Tuesday, March 20, 2012

No. 807 – Man of Our Times

Performer: Genesis
Songwriters: Mike Rutherford
Original Release: Duke
Year: 1980
Definitive Version: None

(Sorry for the delay. I finally got online at the airport.)

Then there was my senior year, which was by far my most fun year at Wabash. I again spent the year off-campus (in a matter of speaking), and that year, after the debacle of the previous summer, I made sure to have my roommate and apartment locked up well ahead of time.

I remembered that Matt, whom I called at the last second the previous summer, was interested in moving out of the dorms his senior year, and we decided to share a place—as long as he promised to cut down his playing of Eight Days a Week to no more than twice a month. Fortunately, he had learned more songs by this time.

As I had learned the previous summer, the early bird gets the worm when it comes to primo Crawfordsville apartments, so Matt and I drove back to Wabash in June—a month after classes ended for the summer and two months before classes would start again—to check out a few places. I can’t remember whether we looked at more than one place—I seem to recall that we did—but I know for certain that we didn’t look any further after we looked at a place that was one block south of the campus entrance campus.

It was a huge Victorian house that wasn’t in too run-down of a condition and painted bright yellow. The house had been divided into four units—two up and two down—and the available apartment was on the first floor in the front of the house, facing East. We had a bit of a covered porch that ran the width of the house and a little front yard. The side door led to an open foyer that had stairs that led to another apartment and a door to the available apartment.

After seeing a few off-campus apartments in my time, I couldn’t believe it when we walked inside. The great room that encompassed the front living and dining rooms was impossibly great. A wood-burning fireplace was in the living room and the dining room had a bay window seat. The living room had floor-to-ceiling windows, so there wouldn’t be any need to turn on any lights until it got dark out.

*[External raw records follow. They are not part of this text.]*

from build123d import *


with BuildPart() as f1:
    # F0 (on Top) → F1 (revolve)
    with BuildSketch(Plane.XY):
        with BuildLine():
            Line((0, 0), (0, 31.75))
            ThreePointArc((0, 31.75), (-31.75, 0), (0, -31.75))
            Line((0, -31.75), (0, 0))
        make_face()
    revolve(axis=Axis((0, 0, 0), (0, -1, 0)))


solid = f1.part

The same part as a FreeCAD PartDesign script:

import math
import FreeCAD as App
import Part
import Sketcher
from FreeCAD import Vector
Q = App.Units.Quantity

doc = App.newDocument("Part")
body = doc.addObject("PartDesign::Body", "Body")

# Sketch on XY plane
sketch1 = body.newObject("Sketcher::SketchObject", "Sketch")
sketch1.AttachmentSupport = (doc.getObject("XY_Plane"), [""])
sketch1.MapMode = "FlatFace"
sketch1.addGeometry(Part.ArcOfCircle(Part.Circle(Vector(0, 0, 0), Vector(0, 0, 1), 31.75), math.radians(90), math.radians(270)), False)
sketch1.addGeometry(Part.LineSegment(Vector(0, -31.75, 0), Vector(0, 31.75, 0)), False)
sketch1.addConstraint(Sketcher.Constraint("Coincident", 0, 1, 1, 2))
sketch1.addConstraint(Sketcher.Constraint("Coincident", 1, 1, 0, 2))
sketch1.addConstraint(Sketcher.Constraint("Vertical", 1))
sketch1.addConstraint(Sketcher.Constraint("Coincident", 0, 3, -1, 1))
sketch1.addConstraint(Sketcher.Constraint("PointOnObject", 0, 1, -2))
sketch1.addConstraint(Sketcher.Constraint("Radius", 0, Q("1.25 in")))
revolution = body.newObject("PartDesign::Revolution", "Revolution")
revolution.Profile = sketch1
revolution.ReferenceAxis = (sketch1, ["V_Axis"])
revolution.Angle = 360

doc.recompute()
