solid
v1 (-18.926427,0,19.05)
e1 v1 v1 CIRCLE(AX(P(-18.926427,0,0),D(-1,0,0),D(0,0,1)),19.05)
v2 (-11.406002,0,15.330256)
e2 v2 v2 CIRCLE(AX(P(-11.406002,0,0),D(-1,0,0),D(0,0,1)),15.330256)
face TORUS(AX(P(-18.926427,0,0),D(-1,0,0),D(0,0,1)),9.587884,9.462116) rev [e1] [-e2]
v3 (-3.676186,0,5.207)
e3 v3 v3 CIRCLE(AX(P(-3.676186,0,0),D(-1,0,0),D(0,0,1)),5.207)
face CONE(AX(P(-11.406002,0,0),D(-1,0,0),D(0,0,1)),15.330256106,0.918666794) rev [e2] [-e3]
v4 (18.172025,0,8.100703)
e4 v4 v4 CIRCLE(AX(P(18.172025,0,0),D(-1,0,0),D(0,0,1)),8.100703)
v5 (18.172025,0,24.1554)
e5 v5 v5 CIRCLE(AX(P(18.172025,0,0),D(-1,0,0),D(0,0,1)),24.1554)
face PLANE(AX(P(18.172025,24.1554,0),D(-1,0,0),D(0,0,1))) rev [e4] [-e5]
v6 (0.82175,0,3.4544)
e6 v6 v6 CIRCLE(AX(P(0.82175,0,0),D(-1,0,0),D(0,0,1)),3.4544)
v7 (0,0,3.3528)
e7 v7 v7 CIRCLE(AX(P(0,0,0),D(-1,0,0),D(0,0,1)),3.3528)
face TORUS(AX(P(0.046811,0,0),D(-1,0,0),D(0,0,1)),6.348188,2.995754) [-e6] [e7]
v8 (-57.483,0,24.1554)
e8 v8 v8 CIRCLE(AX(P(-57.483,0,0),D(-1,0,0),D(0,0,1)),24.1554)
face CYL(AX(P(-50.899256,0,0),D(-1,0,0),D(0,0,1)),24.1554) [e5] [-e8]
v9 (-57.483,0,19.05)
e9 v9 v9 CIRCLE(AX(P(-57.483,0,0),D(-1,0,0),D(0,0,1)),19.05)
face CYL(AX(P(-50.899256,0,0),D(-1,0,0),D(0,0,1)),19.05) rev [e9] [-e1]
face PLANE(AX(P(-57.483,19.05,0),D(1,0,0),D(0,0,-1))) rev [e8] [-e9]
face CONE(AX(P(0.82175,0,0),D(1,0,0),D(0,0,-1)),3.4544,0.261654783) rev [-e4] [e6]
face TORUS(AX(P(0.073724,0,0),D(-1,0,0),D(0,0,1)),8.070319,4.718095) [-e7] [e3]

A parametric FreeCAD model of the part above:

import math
import FreeCAD as App
import Part
import Sketcher

V = App.Vector
Q = App.Units.Quantity

doc = App.newDocument("Part")
params = doc.addObject("Spreadsheet::Sheet", "Params")
for row, (alias, value) in enumerate([
    ("sketch1_height", "0.201 in"),
    ("revolution_angle", "360 deg"),
], start=1):
    params.set(f"A{row}", alias)
    params.set(f"B{row}", "=" + value)
    params.setAlias(f"B{row}", alias)

body = doc.addObject("PartDesign::Body", "Body")

sketch1 = body.newObject("Sketcher::SketchObject", "Sketch")
sketch1.AttachmentSupport = (doc.getObject("XY_Plane"), [""])
sketch1.MapMode = "FlatFace"
sketch1.addGeometry([
    Part.LineSegment(V(-57.5, 19.1, 0), V(-18.9, 19.1, 0)),
    Part.ArcOfCircle(Part.Circle(V(-18.9, 9.6, 0), V(0, 0, 1), 9.5), math.radians(37), math.radians(90)),
    Part.LineSegment(V(-11.4, 15.3, 0), V(-3.7, 5.2, 0)),
    Part.ArcOfCircle(Part.Circle(V(0.1, 8.1, 0), V(0, 0, 1), 4.7), math.radians(-143), math.radians(-91)),
    Part.ArcOfCircle(Part.Circle(V(0, 6.3, 0), V(0, 0, 1), 3), math.radians(-90.9), math.radians(-75.01)),
    Part.LineSegment(V(0.8, 3.5, 0), V(18.2, 8.1, 0)),
    Part.LineSegment(V(18.2, 8.1, 0), V(18.2, 24.2, 0)),
    Part.LineSegment(V(18.2, 24.2, 0), V(-57.5, 24.2, 0)),
    Part.LineSegment(V(-57.5, 24.2, 0), V(-57.5, 19.1, 0)),
], False)
sketch1.addConstraint([
    Sketcher.Constraint("Tangent", 0, 2, 1, 2),
    Sketcher.Constraint("Tangent", 1, 1, 2, 1),
    Sketcher.Constraint("Tangent", 2, 2, 3, 1),
    Sketcher.Constraint("Tangent", 3, 2, 4, 1),
    Sketcher.Constraint("Tangent", 4, 2, 5, 1),
    Sketcher.Constraint("Coincident", 5, 2, 6, 1),
    Sketcher.Constraint("Coincident", 6, 2, 7, 1),
    Sketcher.Constraint("Coincident", 7, 2, 8, 1),
    Sketcher.Constraint("Coincident", 8, 2, 0, 1),
    Sketcher.Constraint("Horizontal", 0),
    Sketcher.Constraint("Vertical", 6),
    Sketcher.Constraint("Horizontal", 7),
    Sketcher.Constraint("Vertical", 8),
    Sketcher.Constraint("PointOnObject", 3, 2, -2),
    Sketcher.Constraint("DistanceY", 8, 2, 8, 1, Q("0.201 in")),
    Sketcher.Constraint("DistanceY", -1, 1, 0, 2, Q("0.75 in")),
    Sketcher.Constraint("DistanceY", -1, 1, 2, 2, Q("0.205 in")),
    Sketcher.Constraint("DistanceY", -1, 1, 3, 2, Q("0.132 in")),
    Sketcher.Constraint("DistanceY", -1, 1, 4, 2, Q("0.136 in")),
    Sketcher.Constraint("Radius", 1, 9.462116),
    Sketcher.Constraint("Radius", 3, 4.718095),
    Sketcher.Constraint("Radius", 4, 2.995754),
    Sketcher.Constraint("DistanceX", 1, 1, -1, 1, 11.406002),
    Sketcher.Constraint("DistanceX", 7, 2, -1, 1, 57.483),
    Sketcher.Constraint("DistanceX", 3, 3, 5, 2, 18.098302),
])
sketch1.setExpression("Constraints[14]", "Params.sketch1_height")
revolution = body.newObject("PartDesign::Revolution", "Revolution")
revolution.Profile = sketch1
revolution.ReferenceAxis = (sketch1, ["H_Axis"])
revolution.setExpression("Angle", "Params.revolution_angle")

doc.recompute()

We had a small but adequate cooking kitchen, with a gas stove, and then bending off to the side was a hallway and two bedrooms with a single bathroom in between. The first bedroom was just off the dining room and had large sliding-door closets. The back bedroom was smaller with a large walk-in closet. The rent was $350 per month, so $175 apiece, but the landlord was going to charge us $25 extra because of Matt’s dog, Ziggy, whom he wanted to come to Wabash with him. I was fine with that.

Well, I almost never agree to buy anything right away. It’s an irrational (yet oft-realized) fear that by swooping in on the first thing that’s available, I might miss out on something better down the road. Matt wasn’t sure he and his folks could swing the rent, although it was way less than what the dorms would cost. We said we wanted to think about it, and we walked back to my car.

We thought about it for a whole 5 minutes. We didn’t even get into the car. We looked at each other and agreed: We got to take it.

The landlord watched our half-hearted debate at the car the whole time. He knew he had us when we first walked in, so he was ready when we said we’d take it. We put down a deposit to guarantee it, and signed a lease. We were back in Columbus before dinner, which surprised Beth, who thought I might need to spend the whole weekend to find the right place. Nope. We found it right away.

That was the year I really got into Duke, so when I hear it—and particularly this song—I think of hanging out on my green-and-gold love seat in the living room with Duke on the record player while Ziggy barked at the Lambda Chis as they walked past on the sidewalk before strutting around the living room with pride.